Collected data entries:
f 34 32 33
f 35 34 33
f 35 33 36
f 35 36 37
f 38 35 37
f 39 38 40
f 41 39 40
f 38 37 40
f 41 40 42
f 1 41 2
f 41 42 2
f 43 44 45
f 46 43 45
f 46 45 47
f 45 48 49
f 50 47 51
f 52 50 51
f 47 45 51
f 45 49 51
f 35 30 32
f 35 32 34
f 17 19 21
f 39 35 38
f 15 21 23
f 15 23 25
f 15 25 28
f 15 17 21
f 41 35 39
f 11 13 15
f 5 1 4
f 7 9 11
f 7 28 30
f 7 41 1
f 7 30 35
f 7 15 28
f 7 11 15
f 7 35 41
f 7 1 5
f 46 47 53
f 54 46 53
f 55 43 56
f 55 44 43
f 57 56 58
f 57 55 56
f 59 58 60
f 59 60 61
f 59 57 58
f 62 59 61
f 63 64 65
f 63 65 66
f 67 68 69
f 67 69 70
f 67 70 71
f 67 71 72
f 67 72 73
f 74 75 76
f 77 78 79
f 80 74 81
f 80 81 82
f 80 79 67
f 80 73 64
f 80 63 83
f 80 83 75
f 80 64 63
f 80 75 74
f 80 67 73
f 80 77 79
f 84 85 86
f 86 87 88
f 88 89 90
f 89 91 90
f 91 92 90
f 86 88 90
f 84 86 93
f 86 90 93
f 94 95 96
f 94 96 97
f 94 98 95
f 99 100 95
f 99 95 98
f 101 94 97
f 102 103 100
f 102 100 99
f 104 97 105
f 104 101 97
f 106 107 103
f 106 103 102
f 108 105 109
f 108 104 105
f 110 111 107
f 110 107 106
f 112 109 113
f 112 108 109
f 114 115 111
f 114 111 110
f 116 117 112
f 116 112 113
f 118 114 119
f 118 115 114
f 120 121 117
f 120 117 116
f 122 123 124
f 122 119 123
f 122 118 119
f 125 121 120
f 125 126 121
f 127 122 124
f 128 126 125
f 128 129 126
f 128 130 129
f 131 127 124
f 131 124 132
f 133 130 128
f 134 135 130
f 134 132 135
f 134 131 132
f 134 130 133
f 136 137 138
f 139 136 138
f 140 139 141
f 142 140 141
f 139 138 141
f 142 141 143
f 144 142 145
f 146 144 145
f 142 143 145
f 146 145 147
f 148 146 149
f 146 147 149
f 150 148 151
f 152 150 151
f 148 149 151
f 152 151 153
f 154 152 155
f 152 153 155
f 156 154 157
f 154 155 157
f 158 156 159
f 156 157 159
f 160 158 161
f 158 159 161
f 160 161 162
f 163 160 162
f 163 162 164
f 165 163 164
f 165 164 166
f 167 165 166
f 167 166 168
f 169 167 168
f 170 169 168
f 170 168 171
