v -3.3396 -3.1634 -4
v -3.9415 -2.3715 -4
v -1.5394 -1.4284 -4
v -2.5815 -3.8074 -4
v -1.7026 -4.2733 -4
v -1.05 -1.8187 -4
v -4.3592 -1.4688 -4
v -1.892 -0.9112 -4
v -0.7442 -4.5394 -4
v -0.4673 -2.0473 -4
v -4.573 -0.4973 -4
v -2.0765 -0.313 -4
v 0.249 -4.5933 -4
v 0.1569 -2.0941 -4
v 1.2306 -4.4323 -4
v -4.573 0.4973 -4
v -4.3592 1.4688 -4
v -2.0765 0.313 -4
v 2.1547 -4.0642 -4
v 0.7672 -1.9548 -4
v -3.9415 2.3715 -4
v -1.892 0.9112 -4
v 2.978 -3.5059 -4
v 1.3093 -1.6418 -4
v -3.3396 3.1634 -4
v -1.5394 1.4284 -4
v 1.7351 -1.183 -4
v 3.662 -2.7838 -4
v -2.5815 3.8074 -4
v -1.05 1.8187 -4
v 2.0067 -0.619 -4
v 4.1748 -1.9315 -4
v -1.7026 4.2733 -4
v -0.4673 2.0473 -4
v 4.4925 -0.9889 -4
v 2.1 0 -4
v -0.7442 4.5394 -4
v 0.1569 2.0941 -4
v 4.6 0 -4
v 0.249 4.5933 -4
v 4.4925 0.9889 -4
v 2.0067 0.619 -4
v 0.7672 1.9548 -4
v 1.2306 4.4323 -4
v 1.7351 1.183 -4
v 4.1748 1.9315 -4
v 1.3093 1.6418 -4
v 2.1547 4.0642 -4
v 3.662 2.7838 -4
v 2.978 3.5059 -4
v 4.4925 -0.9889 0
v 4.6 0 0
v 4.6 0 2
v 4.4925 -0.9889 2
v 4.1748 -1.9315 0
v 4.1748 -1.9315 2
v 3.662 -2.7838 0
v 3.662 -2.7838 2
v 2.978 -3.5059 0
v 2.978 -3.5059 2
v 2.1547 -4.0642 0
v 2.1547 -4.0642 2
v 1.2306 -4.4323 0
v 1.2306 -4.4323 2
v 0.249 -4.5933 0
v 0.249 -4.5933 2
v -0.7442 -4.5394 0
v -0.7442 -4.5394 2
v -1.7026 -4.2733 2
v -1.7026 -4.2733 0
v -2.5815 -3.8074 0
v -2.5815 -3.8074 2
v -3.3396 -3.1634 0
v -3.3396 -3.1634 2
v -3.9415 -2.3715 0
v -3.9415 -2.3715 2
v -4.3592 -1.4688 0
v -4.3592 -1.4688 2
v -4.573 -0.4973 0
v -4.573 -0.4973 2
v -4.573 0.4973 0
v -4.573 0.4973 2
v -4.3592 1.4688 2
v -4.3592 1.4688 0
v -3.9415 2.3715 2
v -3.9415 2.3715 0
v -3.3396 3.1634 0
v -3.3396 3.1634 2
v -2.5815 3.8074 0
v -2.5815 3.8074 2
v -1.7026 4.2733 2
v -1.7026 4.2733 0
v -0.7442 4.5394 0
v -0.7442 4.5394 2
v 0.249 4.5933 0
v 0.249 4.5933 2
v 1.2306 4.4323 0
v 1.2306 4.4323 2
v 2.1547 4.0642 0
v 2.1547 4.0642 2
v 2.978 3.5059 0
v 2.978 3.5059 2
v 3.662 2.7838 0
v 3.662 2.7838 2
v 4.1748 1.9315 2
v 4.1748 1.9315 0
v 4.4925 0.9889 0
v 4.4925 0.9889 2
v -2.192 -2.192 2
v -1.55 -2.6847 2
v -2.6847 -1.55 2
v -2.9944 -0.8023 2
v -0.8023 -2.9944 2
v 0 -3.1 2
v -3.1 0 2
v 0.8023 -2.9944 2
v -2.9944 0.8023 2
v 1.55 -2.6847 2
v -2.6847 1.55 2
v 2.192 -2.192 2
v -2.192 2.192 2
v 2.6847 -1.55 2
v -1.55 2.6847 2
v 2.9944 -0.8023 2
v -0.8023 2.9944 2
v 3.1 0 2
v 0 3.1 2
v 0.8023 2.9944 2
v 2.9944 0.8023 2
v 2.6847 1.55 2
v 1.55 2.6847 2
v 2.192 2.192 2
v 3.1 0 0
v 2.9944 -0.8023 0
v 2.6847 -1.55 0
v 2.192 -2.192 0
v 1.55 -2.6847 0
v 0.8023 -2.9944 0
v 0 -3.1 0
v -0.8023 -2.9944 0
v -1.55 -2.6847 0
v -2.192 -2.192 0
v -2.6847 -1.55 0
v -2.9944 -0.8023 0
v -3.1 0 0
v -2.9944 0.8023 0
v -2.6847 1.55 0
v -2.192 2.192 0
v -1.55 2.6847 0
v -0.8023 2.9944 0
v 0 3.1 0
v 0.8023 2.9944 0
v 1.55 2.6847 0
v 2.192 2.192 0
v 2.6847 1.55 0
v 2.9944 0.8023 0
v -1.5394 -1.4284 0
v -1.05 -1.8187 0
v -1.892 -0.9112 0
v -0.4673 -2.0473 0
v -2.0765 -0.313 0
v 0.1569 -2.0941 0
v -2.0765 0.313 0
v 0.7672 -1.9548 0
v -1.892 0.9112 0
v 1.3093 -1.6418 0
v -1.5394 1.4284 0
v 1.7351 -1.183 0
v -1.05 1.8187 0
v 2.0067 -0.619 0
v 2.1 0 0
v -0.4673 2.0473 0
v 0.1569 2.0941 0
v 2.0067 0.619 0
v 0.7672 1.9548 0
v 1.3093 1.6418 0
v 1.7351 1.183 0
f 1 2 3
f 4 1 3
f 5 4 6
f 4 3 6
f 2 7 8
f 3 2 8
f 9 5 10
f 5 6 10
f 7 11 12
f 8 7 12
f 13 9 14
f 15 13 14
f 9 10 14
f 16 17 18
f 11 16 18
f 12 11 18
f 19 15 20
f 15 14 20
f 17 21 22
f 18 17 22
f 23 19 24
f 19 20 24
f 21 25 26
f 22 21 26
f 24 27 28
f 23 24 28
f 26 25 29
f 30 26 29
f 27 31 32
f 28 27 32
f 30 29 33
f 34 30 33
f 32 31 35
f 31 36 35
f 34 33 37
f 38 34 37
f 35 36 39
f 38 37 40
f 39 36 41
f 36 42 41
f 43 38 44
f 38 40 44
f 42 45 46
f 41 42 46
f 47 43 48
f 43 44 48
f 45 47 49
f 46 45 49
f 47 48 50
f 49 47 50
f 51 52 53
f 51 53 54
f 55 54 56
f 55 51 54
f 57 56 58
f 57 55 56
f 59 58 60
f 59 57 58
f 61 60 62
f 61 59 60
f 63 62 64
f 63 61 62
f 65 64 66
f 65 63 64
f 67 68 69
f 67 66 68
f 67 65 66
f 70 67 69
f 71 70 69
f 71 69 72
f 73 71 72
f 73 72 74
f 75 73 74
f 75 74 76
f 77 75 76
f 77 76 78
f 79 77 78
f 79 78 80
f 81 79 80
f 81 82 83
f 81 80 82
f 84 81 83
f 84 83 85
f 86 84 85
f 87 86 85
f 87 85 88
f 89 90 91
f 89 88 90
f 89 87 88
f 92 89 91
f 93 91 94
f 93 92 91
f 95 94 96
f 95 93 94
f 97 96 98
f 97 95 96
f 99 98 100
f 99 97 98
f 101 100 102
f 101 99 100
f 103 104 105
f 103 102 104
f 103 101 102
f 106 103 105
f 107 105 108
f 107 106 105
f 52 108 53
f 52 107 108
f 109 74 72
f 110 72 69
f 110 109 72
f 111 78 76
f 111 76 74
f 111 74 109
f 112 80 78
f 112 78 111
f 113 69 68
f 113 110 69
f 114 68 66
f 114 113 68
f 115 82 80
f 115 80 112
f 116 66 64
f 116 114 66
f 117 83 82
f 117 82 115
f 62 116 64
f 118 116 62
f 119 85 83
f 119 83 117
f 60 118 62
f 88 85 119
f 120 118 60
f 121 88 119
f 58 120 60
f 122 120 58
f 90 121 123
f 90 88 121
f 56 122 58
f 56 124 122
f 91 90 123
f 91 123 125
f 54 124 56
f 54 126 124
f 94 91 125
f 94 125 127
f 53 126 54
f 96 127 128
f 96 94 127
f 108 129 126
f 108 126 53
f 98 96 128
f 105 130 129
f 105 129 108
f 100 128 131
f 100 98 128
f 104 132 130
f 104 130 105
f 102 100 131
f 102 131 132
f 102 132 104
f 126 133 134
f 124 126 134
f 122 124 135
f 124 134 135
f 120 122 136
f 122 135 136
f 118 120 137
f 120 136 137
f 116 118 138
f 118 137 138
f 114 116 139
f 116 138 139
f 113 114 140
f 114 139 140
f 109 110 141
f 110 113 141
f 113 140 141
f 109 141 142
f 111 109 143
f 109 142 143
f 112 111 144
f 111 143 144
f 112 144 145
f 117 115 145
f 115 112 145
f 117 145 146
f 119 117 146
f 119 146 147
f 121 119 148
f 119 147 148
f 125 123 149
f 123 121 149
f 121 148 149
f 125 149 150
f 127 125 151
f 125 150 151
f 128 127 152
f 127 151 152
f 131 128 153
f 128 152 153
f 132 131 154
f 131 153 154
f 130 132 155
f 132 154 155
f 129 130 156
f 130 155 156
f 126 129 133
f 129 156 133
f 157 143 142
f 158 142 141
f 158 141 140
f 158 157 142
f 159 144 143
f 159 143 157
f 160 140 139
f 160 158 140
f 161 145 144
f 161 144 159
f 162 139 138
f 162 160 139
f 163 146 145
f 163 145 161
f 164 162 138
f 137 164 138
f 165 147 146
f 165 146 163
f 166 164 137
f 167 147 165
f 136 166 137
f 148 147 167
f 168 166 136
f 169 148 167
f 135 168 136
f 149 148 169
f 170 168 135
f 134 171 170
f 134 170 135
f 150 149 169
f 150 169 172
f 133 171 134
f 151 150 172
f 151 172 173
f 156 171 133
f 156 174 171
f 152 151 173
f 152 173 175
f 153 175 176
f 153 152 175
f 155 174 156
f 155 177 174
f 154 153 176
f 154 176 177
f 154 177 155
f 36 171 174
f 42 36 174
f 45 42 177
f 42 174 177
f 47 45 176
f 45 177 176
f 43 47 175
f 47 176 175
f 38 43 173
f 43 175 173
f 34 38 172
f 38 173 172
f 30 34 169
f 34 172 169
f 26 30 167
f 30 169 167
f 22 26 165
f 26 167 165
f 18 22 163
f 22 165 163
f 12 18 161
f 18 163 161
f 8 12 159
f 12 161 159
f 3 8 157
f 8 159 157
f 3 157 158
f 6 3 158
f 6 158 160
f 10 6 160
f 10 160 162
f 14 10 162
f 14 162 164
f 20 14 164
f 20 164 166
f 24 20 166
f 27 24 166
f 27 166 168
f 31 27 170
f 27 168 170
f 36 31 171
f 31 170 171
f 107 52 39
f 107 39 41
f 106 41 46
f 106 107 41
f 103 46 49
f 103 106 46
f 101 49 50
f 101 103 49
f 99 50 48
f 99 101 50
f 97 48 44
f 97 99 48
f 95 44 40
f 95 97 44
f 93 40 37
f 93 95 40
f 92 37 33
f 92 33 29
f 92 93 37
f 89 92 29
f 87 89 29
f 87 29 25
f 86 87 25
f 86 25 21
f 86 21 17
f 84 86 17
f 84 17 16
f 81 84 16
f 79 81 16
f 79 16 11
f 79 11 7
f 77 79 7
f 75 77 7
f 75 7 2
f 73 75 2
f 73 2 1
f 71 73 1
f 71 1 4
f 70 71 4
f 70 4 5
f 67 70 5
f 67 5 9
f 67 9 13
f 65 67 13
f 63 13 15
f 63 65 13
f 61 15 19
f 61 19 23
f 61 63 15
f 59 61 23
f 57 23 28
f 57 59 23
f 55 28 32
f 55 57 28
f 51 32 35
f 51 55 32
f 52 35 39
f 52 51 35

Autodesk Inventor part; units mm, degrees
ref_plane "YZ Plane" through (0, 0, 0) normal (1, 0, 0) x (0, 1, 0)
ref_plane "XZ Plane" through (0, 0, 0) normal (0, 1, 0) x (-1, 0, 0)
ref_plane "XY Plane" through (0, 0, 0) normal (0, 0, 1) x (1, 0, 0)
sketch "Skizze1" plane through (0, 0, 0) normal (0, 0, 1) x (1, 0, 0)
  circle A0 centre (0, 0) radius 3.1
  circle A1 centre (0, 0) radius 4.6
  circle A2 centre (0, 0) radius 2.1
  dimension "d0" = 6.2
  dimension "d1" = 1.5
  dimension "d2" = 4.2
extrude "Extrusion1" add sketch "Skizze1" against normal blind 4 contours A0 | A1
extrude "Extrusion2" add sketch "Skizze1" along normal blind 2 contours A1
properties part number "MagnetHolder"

▶ [Problem to work on]:
What is needed is an exact repetition of the lines from the first line of the records through the line containing "f 163 162 164", both ends included, and nothing more.

▶ [Solution to this task]:
f 34 32 33
f 35 34 33
f 35 33 36
f 35 36 37
f 38 35 37
f 39 38 40
f 41 39 40
f 38 37 40
f 41 40 42
f 1 41 2
f 41 42 2
f 43 44 45
f 46 43 45
f 46 45 47
f 45 48 49
f 50 47 51
f 52 50 51
f 47 45 51
f 45 49 51
f 35 30 32
f 35 32 34
f 17 19 21
f 39 35 38
f 15 21 23
f 15 23 25
f 15 25 28
f 15 17 21
f 41 35 39
f 11 13 15
f 5 1 4
f 7 9 11
f 7 28 30
f 7 41 1
f 7 30 35
f 7 15 28
f 7 11 15
f 7 35 41
f 7 1 5
f 46 47 53
f 54 46 53
f 55 43 56
f 55 44 43
f 57 56 58
f 57 55 56
f 59 58 60
f 59 60 61
f 59 57 58
f 62 59 61
f 63 64 65
f 63 65 66
f 67 68 69
f 67 69 70
f 67 70 71
f 67 71 72
f 67 72 73
f 74 75 76
f 77 78 79
f 80 74 81
f 80 81 82
f 80 79 67
f 80 73 64
f 80 63 83
f 80 83 75
f 80 64 63
f 80 75 74
f 80 67 73
f 80 77 79
f 84 85 86
f 86 87 88
f 88 89 90
f 89 91 90
f 91 92 90
f 86 88 90
f 84 86 93
f 86 90 93
f 94 95 96
f 94 96 97
f 94 98 95
f 99 100 95
f 99 95 98
f 101 94 97
f 102 103 100
f 102 100 99
f 104 97 105
f 104 101 97
f 106 107 103
f 106 103 102
f 108 105 109
f 108 104 105
f 110 111 107
f 110 107 106
f 112 109 113
f 112 108 109
f 114 115 111
f 114 111 110
f 116 117 112
f 116 112 113
f 118 114 119
f 118 115 114
f 120 121 117
f 120 117 116
f 122 123 124
f 122 119 123
f 122 118 119
f 125 121 120
f 125 126 121
f 127 122 124
f 128 126 125
f 128 129 126
f 128 130 129
f 131 127 124
f 131 124 132
f 133 130 128
f 134 135 130
f 134 132 135
f 134 131 132
f 134 130 133
f 136 137 138
f 139 136 138
f 140 139 141
f 142 140 141
f 139 138 141
f 142 141 143
f 144 142 145
f 146 144 145
f 142 143 145
f 146 145 147
f 148 146 149
f 146 147 149
f 150 148 151
f 152 150 151
f 148 149 151
f 152 151 153
f 154 152 155
f 152 153 155
f 156 154 157
f 154 155 157
f 158 156 159
f 156 157 159
f 160 158 161
f 158 159 161
f 160 161 162
f 163 160 162
f 163 162 164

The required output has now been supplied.